Data extracted from a collection:
___
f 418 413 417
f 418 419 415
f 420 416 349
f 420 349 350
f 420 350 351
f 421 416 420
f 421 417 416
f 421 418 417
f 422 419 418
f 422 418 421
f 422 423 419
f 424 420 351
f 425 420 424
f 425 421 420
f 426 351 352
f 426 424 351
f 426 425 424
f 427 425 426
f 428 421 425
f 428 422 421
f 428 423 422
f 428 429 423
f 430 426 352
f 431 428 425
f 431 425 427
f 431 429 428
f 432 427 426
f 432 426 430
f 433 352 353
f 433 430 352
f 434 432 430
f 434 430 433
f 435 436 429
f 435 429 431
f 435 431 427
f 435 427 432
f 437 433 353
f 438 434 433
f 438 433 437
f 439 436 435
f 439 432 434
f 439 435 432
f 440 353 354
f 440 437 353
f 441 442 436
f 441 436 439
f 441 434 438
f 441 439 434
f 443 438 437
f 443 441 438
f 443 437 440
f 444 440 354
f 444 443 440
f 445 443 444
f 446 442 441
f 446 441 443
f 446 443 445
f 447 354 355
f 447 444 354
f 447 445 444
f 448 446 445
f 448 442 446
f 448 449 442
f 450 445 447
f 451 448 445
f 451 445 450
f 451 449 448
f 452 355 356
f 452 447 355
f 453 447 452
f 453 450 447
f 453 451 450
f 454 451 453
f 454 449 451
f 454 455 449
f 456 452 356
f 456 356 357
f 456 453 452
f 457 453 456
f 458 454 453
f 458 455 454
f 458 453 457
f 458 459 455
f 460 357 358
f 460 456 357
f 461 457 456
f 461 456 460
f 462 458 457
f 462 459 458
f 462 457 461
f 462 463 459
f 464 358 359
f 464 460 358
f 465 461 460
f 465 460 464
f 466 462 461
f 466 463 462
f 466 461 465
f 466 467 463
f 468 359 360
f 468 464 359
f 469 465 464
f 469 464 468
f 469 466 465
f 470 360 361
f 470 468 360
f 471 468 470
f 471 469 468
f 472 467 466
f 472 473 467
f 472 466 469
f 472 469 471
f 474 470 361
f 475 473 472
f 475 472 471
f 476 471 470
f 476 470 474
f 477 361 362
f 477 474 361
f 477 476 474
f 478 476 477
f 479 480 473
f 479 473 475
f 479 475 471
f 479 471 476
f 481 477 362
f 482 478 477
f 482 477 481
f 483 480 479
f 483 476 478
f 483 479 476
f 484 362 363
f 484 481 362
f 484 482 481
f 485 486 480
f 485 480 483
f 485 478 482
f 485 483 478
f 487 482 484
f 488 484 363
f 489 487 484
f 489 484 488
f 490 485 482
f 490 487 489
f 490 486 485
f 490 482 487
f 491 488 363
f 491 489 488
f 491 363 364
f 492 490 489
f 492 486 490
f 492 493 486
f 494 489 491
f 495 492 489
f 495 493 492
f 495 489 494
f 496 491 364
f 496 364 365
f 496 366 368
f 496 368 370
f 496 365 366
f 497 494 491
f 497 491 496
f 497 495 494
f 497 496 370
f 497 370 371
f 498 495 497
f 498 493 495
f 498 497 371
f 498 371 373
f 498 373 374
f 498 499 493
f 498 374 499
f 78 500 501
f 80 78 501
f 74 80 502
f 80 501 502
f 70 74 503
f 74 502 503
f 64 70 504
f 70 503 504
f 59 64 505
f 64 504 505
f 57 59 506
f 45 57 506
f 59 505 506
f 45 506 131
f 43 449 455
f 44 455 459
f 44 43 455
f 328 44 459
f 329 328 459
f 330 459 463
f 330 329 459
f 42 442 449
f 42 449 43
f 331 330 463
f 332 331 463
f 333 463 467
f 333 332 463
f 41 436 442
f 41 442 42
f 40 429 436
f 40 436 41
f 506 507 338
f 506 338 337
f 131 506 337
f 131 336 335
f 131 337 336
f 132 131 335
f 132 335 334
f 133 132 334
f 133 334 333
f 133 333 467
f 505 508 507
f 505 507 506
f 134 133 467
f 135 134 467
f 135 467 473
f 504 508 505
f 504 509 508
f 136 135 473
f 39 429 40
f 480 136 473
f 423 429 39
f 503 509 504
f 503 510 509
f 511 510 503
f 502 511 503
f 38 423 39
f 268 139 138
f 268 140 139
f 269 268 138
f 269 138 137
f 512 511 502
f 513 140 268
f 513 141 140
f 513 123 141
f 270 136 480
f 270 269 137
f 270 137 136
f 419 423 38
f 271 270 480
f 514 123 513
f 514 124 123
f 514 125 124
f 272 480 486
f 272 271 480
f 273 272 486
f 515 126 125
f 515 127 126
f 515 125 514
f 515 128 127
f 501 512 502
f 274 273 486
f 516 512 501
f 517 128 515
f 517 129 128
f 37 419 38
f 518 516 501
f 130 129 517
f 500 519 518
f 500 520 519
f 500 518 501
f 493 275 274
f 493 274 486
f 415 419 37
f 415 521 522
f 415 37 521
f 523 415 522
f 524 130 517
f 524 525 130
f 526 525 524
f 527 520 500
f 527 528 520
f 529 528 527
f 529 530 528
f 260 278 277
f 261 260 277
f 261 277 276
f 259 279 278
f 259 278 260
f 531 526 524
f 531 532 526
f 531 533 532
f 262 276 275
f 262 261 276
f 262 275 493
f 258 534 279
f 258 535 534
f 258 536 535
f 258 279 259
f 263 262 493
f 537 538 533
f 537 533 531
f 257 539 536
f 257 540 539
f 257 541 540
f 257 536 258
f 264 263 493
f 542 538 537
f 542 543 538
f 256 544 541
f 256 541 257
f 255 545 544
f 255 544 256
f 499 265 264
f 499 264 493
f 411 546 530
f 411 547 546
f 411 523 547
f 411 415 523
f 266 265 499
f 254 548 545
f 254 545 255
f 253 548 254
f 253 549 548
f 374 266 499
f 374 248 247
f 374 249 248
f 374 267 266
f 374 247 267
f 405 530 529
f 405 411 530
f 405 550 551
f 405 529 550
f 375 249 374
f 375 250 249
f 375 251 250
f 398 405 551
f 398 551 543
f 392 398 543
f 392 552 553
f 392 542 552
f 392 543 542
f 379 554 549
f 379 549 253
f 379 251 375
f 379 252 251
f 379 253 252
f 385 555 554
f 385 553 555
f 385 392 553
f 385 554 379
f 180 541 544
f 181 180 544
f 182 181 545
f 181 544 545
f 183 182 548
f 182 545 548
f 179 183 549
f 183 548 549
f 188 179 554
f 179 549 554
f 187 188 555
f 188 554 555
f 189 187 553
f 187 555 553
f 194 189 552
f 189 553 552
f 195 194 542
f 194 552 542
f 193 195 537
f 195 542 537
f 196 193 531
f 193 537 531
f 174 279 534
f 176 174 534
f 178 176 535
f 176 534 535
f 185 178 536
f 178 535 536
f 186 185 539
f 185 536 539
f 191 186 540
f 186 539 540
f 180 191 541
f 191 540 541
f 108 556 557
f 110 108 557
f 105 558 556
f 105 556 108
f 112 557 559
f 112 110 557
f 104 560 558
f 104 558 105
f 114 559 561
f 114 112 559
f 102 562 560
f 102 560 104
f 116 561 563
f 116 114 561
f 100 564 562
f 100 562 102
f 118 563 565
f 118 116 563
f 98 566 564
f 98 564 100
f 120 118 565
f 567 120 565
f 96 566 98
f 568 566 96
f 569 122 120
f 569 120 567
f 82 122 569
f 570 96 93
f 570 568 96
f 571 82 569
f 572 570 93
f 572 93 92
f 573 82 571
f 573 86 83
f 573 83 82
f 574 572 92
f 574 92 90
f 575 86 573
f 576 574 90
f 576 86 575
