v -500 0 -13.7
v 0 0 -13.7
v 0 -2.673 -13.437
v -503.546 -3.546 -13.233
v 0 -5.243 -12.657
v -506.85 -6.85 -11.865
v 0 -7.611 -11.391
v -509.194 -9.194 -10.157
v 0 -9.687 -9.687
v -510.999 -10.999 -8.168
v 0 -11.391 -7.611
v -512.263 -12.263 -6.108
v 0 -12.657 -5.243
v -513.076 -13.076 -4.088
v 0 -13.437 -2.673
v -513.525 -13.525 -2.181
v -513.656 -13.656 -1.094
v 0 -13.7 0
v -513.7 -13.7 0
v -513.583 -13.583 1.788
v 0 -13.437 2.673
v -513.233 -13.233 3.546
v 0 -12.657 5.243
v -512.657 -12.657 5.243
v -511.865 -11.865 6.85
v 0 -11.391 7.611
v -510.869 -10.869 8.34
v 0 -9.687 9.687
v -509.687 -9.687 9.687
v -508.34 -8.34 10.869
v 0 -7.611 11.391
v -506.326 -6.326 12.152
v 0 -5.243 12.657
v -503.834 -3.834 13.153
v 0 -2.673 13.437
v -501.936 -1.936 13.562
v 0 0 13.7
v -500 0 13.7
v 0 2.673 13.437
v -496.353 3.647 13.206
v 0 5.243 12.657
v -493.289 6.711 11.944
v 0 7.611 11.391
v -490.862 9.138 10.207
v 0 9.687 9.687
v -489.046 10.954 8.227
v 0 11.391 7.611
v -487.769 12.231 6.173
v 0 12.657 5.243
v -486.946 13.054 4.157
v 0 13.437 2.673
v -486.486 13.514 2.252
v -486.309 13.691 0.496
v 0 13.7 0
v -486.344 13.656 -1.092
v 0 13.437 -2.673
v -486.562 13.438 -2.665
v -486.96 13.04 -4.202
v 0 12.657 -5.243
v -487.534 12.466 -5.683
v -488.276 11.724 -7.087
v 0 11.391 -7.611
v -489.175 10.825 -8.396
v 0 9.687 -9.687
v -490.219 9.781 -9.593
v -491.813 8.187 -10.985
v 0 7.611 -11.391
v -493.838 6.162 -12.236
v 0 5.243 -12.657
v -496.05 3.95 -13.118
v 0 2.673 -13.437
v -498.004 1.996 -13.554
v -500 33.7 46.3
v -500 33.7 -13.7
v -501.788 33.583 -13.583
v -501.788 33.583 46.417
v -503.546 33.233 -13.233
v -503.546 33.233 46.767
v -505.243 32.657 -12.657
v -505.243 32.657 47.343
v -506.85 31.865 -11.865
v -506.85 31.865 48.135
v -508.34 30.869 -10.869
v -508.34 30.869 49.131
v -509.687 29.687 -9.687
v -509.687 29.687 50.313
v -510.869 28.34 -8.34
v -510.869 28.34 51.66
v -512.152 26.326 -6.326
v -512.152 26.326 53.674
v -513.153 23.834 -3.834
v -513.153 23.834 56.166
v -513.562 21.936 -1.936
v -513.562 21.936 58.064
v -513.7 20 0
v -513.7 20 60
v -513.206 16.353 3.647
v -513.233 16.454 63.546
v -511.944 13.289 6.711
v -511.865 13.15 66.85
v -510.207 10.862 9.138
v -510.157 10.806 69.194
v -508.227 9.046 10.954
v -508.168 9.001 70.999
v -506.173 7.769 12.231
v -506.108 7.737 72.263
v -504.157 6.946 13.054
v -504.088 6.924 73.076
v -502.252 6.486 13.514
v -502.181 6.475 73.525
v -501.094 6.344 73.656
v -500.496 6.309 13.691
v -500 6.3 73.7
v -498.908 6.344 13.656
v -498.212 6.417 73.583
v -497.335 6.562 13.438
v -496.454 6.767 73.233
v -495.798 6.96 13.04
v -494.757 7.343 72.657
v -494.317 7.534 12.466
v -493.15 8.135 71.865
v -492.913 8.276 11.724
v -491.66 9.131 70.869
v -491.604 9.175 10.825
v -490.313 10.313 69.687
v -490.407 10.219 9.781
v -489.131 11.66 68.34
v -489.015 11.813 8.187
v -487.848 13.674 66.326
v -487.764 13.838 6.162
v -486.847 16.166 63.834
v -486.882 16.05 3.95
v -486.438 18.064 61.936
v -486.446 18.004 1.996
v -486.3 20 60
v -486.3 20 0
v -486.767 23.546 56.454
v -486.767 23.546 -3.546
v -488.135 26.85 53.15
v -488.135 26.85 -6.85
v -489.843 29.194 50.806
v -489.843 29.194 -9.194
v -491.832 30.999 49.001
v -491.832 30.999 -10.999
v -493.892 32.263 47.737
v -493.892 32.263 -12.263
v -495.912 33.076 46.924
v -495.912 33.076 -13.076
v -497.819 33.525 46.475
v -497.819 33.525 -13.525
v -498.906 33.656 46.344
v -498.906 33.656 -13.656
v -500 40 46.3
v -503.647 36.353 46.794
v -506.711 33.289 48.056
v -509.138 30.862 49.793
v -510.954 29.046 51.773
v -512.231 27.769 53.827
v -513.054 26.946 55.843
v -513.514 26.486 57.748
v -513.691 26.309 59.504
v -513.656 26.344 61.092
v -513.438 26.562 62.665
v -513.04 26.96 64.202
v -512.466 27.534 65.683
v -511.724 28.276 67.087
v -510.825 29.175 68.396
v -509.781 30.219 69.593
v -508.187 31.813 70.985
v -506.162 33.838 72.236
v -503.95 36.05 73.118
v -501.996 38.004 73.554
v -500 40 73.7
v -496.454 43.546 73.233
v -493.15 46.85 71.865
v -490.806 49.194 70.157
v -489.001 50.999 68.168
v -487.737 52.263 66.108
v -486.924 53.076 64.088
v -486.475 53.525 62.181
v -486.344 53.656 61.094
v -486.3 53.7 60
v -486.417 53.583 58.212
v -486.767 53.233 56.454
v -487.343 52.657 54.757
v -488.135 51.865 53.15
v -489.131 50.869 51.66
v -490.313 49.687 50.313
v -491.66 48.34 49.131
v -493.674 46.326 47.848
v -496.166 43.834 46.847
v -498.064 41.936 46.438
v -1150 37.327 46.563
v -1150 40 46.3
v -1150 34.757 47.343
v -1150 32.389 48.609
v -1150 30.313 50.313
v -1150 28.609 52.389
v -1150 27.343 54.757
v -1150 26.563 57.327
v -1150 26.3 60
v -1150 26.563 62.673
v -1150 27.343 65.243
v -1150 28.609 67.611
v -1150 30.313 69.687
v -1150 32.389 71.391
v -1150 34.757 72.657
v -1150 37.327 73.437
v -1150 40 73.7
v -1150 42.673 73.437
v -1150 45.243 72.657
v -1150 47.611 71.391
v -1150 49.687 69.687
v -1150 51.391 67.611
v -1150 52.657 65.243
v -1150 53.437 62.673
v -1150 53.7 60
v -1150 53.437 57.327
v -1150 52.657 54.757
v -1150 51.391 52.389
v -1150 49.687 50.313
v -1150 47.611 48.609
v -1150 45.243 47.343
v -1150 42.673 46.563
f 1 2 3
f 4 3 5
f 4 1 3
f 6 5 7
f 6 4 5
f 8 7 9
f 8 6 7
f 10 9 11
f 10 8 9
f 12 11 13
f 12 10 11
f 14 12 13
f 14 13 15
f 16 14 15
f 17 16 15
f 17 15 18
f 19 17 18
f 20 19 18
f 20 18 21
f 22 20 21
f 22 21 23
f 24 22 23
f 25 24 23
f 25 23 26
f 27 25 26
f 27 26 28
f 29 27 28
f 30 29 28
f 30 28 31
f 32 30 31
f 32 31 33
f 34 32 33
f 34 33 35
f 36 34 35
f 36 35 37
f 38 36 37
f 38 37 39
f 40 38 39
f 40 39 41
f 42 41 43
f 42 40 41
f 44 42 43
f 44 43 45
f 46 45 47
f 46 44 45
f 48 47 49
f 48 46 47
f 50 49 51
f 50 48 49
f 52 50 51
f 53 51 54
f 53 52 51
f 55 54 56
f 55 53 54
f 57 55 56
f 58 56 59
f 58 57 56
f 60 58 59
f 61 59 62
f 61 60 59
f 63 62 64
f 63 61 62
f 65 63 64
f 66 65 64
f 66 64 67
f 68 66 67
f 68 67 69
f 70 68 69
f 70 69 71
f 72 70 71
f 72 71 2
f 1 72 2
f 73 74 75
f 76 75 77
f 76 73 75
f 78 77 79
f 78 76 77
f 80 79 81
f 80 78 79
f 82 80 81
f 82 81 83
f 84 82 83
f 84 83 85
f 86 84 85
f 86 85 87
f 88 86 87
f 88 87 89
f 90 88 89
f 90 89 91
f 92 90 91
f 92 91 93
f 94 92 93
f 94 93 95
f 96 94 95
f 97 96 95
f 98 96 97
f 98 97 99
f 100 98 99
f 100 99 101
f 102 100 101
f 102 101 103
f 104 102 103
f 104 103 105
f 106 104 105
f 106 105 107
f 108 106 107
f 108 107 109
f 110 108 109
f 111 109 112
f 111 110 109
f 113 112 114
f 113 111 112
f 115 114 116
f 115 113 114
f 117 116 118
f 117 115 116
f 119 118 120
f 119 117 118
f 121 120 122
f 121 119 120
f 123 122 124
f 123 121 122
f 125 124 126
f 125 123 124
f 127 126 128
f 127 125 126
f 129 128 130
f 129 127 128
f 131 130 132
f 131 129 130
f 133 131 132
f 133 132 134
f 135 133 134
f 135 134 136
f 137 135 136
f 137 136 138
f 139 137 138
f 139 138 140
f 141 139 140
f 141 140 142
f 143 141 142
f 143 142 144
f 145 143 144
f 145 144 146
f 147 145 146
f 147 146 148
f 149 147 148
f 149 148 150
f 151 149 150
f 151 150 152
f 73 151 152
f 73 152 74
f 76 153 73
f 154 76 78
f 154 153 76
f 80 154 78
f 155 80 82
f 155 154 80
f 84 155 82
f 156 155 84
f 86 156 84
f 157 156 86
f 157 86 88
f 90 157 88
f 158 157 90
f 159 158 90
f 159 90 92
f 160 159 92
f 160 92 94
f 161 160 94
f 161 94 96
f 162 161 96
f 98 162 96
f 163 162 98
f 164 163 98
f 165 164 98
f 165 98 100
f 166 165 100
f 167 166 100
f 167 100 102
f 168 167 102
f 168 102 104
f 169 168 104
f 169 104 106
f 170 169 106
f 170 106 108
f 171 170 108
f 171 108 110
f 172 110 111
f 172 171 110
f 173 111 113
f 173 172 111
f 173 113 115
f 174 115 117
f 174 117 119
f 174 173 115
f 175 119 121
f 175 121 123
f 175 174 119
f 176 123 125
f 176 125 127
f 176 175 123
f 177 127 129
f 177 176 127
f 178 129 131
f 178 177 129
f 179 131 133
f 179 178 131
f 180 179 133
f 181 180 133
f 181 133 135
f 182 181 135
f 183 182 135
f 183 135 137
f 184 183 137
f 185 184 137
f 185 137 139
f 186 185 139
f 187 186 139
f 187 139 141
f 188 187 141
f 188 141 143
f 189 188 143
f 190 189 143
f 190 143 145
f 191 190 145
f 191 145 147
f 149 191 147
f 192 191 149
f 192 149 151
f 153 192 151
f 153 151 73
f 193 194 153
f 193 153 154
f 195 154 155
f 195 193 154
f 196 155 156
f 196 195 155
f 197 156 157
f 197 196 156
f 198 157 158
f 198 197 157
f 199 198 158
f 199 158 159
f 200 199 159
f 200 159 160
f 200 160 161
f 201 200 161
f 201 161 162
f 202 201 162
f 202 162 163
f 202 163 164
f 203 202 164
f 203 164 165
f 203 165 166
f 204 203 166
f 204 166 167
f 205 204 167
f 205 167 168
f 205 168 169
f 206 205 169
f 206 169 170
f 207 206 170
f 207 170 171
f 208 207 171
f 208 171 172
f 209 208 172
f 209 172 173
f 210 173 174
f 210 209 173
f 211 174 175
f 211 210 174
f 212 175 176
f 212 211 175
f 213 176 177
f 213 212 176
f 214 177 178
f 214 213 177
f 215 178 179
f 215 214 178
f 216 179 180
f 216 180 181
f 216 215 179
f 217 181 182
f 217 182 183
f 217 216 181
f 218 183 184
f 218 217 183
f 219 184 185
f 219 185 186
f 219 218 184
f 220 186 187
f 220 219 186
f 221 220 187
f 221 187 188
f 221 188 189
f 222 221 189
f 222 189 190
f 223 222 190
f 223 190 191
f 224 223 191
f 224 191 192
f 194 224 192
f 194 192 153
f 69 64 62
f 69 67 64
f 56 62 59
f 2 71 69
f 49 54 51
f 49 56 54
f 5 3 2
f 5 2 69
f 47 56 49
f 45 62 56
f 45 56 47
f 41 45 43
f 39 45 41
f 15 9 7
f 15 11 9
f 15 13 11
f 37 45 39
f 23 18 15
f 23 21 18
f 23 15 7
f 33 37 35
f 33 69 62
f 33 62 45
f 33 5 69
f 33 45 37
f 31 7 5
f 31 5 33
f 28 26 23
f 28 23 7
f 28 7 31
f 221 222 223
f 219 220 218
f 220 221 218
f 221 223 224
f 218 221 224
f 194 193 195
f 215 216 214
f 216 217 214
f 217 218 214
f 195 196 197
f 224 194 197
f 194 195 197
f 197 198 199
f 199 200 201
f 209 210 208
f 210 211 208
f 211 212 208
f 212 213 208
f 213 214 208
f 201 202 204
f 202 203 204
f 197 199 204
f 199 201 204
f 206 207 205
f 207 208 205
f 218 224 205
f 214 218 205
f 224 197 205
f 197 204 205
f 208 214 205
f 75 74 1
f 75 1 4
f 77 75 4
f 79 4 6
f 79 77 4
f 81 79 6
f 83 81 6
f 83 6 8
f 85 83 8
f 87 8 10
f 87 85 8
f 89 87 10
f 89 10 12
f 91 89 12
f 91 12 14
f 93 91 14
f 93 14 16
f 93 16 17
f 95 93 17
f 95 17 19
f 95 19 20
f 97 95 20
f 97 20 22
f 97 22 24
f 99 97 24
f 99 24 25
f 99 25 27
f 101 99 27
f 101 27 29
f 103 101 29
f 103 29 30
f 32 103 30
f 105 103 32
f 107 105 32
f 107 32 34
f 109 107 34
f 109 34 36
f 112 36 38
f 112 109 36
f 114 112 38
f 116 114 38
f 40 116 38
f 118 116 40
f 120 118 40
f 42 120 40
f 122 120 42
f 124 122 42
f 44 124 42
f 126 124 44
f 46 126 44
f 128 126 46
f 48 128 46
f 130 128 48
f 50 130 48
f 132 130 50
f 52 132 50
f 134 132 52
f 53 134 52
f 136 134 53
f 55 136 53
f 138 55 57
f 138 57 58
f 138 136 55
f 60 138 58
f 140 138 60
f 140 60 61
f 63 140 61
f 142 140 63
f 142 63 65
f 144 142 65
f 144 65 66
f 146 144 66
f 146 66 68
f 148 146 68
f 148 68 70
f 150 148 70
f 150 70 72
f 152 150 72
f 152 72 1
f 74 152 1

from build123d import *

# Parameters (mm, degrees)
CROQUIS1_R = 13.7


with BuildPart() as part:
    # Barrer1: sweep along a curve in space
    with BuildLine() as barrer1_path:
        Line((0, 0, 0), (-500, 0, 0))
        Line((-500, 0, 0), (-500, 20, 0))
        Line((-500, 20, 0), (-500, 20, 60))
        Line((-500, 20, 60), (-500, 40, 60))
        Line((-500, 40, 60), (-1150, 40, 60))
    # Croquis1 → Barrer1 (sweep)
    with BuildSketch(Plane(origin=(0, 0, 0), x_dir=(0, 0, -1), z_dir=(1, 0, 0))):
        Circle(CROQUIS1_R)
    sweep(path=barrer1_path.line, transition=Transition.RIGHT)


solid = part.part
___
EXERCISE GOAL: Every line from the line containing "v 0 -11.391 -7.611" through the line containing "v -486.309 13.691 0.496" in the records above must be retyped exactly. Leave out the rest.

RESPONSE TO THIS EXERCISE:
v 0 -11.391 -7.611
v -512.263 -12.263 -6.108
v 0 -12.657 -5.243
v -513.076 -13.076 -4.088
v 0 -13.437 -2.673
v -513.525 -13.525 -2.181
v -513.656 -13.656 -1.094
v 0 -13.7 0
v -513.7 -13.7 0
v -513.583 -13.583 1.788
v 0 -13.437 2.673
v -513.233 -13.233 3.546
v 0 -12.657 5.243
v -512.657 -12.657 5.243
v -511.865 -11.865 6.85
v 0 -11.391 7.611
v -510.869 -10.869 8.34
v 0 -9.687 9.687
v -509.687 -9.687 9.687
v -508.34 -8.34 10.869
v 0 -7.611 11.391
v -506.326 -6.326 12.152
v 0 -5.243 12.657
v -503.834 -3.834 13.153
v 0 -2.673 13.437
v -501.936 -1.936 13.562
v 0 0 13.7
v -500 0 13.7
v 0 2.673 13.437
v -496.353 3.647 13.206
v 0 5.243 12.657
v -493.289 6.711 11.944
v 0 7.611 11.391
v -490.862 9.138 10.207
v 0 9.687 9.687
v -489.046 10.954 8.227
v 0 11.391 7.611
v -487.769 12.231 6.173
v 0 12.657 5.243
v -486.946 13.054 4.157
v 0 13.437 2.673
v -486.486 13.514 2.252
v -486.309 13.691 0.496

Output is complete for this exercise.